---
license: apache-2.0
extra_gated_fields:
  Name: text
  Country: country
  Institution: text
  Institution Email: text
  Please specify your academic use case: text
extra_gated_prompt: Our models are intended for academic use only. If you are not
  affiliated with an academic institution, please provide a rationale for using our
  models. Please allow us a few business days to manually review subscriptions.
---

[README UNDER CONSTRUCTION]

emBert is a Hungarian text classification model, aimed at classifying 7 possible emotions and a neutral state.

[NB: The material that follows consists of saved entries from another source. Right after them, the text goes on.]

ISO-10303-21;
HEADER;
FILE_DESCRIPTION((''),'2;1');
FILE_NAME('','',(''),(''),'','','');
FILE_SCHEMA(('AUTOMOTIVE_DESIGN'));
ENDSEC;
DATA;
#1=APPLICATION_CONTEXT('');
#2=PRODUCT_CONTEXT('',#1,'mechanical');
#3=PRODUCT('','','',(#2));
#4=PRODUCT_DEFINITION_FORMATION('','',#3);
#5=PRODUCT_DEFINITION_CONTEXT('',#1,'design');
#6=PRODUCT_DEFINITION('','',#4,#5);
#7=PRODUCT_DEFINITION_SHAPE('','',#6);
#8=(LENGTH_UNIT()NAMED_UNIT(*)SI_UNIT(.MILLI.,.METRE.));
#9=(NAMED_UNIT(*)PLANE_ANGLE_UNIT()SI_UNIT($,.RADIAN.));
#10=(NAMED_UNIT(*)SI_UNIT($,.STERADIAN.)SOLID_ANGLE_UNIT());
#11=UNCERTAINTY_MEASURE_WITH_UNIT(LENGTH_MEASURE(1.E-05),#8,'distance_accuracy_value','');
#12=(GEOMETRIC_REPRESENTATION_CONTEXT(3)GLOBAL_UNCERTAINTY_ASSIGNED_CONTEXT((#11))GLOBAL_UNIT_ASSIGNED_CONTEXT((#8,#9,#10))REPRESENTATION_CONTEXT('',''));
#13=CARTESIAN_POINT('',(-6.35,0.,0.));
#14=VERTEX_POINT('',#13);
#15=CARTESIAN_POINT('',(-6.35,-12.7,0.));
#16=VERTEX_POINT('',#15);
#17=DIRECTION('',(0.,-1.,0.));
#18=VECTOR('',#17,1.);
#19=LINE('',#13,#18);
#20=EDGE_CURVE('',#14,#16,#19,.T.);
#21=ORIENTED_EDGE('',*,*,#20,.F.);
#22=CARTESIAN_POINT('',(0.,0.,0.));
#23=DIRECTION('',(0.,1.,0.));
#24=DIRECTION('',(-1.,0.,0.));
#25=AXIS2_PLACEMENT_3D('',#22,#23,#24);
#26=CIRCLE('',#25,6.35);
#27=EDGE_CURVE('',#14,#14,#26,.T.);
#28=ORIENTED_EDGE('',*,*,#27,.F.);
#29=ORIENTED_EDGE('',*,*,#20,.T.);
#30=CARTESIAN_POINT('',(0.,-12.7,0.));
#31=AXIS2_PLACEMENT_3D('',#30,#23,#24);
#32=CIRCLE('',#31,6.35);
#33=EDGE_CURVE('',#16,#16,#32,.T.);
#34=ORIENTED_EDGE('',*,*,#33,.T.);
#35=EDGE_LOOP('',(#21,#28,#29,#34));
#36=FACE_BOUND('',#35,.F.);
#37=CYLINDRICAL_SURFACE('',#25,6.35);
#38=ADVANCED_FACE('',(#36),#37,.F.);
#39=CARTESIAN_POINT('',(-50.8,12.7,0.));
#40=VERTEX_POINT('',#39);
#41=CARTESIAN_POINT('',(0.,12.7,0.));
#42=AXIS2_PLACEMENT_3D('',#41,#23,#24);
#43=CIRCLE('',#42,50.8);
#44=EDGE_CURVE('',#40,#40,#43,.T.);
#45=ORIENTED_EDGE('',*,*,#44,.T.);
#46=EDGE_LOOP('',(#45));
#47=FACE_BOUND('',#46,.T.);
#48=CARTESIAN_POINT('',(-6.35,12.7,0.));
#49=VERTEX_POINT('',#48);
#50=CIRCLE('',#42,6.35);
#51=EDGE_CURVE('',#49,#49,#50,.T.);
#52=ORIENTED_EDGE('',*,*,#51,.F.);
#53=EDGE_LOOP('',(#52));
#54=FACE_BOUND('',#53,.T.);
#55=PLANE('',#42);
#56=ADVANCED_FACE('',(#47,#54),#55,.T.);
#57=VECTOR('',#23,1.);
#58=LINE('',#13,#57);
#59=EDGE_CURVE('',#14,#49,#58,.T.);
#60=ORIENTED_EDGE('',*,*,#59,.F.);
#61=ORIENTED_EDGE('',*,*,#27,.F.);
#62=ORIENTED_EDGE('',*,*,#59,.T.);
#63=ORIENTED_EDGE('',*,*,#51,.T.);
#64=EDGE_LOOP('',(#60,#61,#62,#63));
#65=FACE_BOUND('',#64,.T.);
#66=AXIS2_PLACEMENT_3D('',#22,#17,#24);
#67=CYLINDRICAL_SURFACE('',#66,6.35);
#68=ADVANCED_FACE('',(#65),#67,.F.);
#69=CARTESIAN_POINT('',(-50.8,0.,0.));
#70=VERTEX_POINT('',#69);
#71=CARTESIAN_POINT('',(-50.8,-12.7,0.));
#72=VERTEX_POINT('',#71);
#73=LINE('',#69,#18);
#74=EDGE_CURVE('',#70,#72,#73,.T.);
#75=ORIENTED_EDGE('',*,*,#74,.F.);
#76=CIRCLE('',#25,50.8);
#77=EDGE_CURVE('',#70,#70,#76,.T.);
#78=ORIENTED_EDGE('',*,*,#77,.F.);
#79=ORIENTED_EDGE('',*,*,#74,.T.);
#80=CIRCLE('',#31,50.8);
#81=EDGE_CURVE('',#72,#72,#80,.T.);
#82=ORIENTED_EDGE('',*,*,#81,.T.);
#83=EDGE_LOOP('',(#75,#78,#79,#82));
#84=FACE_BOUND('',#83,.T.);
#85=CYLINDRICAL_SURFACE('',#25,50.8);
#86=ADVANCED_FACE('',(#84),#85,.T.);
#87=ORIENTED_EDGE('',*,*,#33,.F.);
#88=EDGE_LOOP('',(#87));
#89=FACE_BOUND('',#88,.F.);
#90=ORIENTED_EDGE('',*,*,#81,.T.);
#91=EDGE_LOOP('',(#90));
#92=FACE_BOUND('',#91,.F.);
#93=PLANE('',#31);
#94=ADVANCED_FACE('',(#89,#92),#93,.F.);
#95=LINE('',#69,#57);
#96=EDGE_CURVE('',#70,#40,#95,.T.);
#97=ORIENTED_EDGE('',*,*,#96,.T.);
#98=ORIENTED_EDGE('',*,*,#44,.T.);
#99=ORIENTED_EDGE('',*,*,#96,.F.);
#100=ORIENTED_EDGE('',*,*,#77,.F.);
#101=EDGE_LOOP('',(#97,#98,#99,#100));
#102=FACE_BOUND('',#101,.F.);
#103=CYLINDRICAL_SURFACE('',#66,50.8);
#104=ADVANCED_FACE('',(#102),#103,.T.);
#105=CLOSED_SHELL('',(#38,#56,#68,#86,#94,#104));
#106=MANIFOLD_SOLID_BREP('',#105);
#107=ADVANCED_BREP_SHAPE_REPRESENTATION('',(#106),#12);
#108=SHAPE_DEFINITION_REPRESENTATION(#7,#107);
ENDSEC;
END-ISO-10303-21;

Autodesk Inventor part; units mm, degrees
ref_plane "YZ Plane" through (0, 0, 0) normal (1, 0, 0) x (0, 1, 0)
ref_plane "XZ Plane" through (0, 0, 0) normal (0, 1, 0) x (-1, 0, 0)
ref_plane "XY Plane" through (0, 0, 0) normal (0, 0, 1) x (1, 0, 0)
sketch "Sketch1" plane through (0, 0, 0) normal (0, 1, 0) x (-1, 0, 0)
  circle A0 centre (0, 0) radius 6.35
  circle A1 centre (0, 0) radius 50.8
  dimension "d0" = 12.7
  dimension "d1" = 101.6
extrude "Extrusion1" add sketch "Sketch1" along normal mid plane 25.4
properties part number "intake roller"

The model uses [huBERT](https://huggingface.co/SZTAKI-HLT/hubert-base-cc) tokenizer, and was fine-tuned on a [huBERT](https://huggingface.co/SZTAKI-HLT/hubert-base-cc) base model with a proprietary database of Hungarian online news site sentences. The sentences for the fine-tuning set were classified manually by experts in a double-blind manner. Inconsistencies were dealt with manually.
The results of the fine-tuning validation were:

| emotion | precision | recall | f1-score |
| ------- | --------- | ------ | -------- |
|0 - Anger| 0.70   |   0.74   |   0.72 |
|1 - Disgust| 0.72   |   0.73   |   0.73|
|2 - Fear|0.61  |    0.47 |     0.53|
|3 - Happiness|0.38   |   0.37  |    0.38|
|4 - Neutral|0.65    |  0.62   |   0.63|
|5 - Sad|0.74     | 0.72    |  0.73|
|6 - Successful|0.79      |0.81     | 0.80|
|7 - Trustful|0.76      |0.78      |0.77|
|weighted avg|0.73   |   0.74  |    0.73|
Accuracy reached 74%.

The emotions are based on [Plutchik 1980](https://doi.org/10.1016/B978-0-12-558701-3.50007-7), with anticipation substituted with neutral.

Proper use of the model:

```
from transformers import AutoTokenizer, AutoModelForSequenceClassification

tokenizer = AutoTokenizer.from_pretrained("SZTAKI-HLT/hubert-base-cc")

model = AutoModelForSequenceClassification.from_pretrained("poltextlab/emBERT")
```

The model was created by György Márk Kis, Orsolya Ring, Miklós Sebők of the Center for Social Sciences.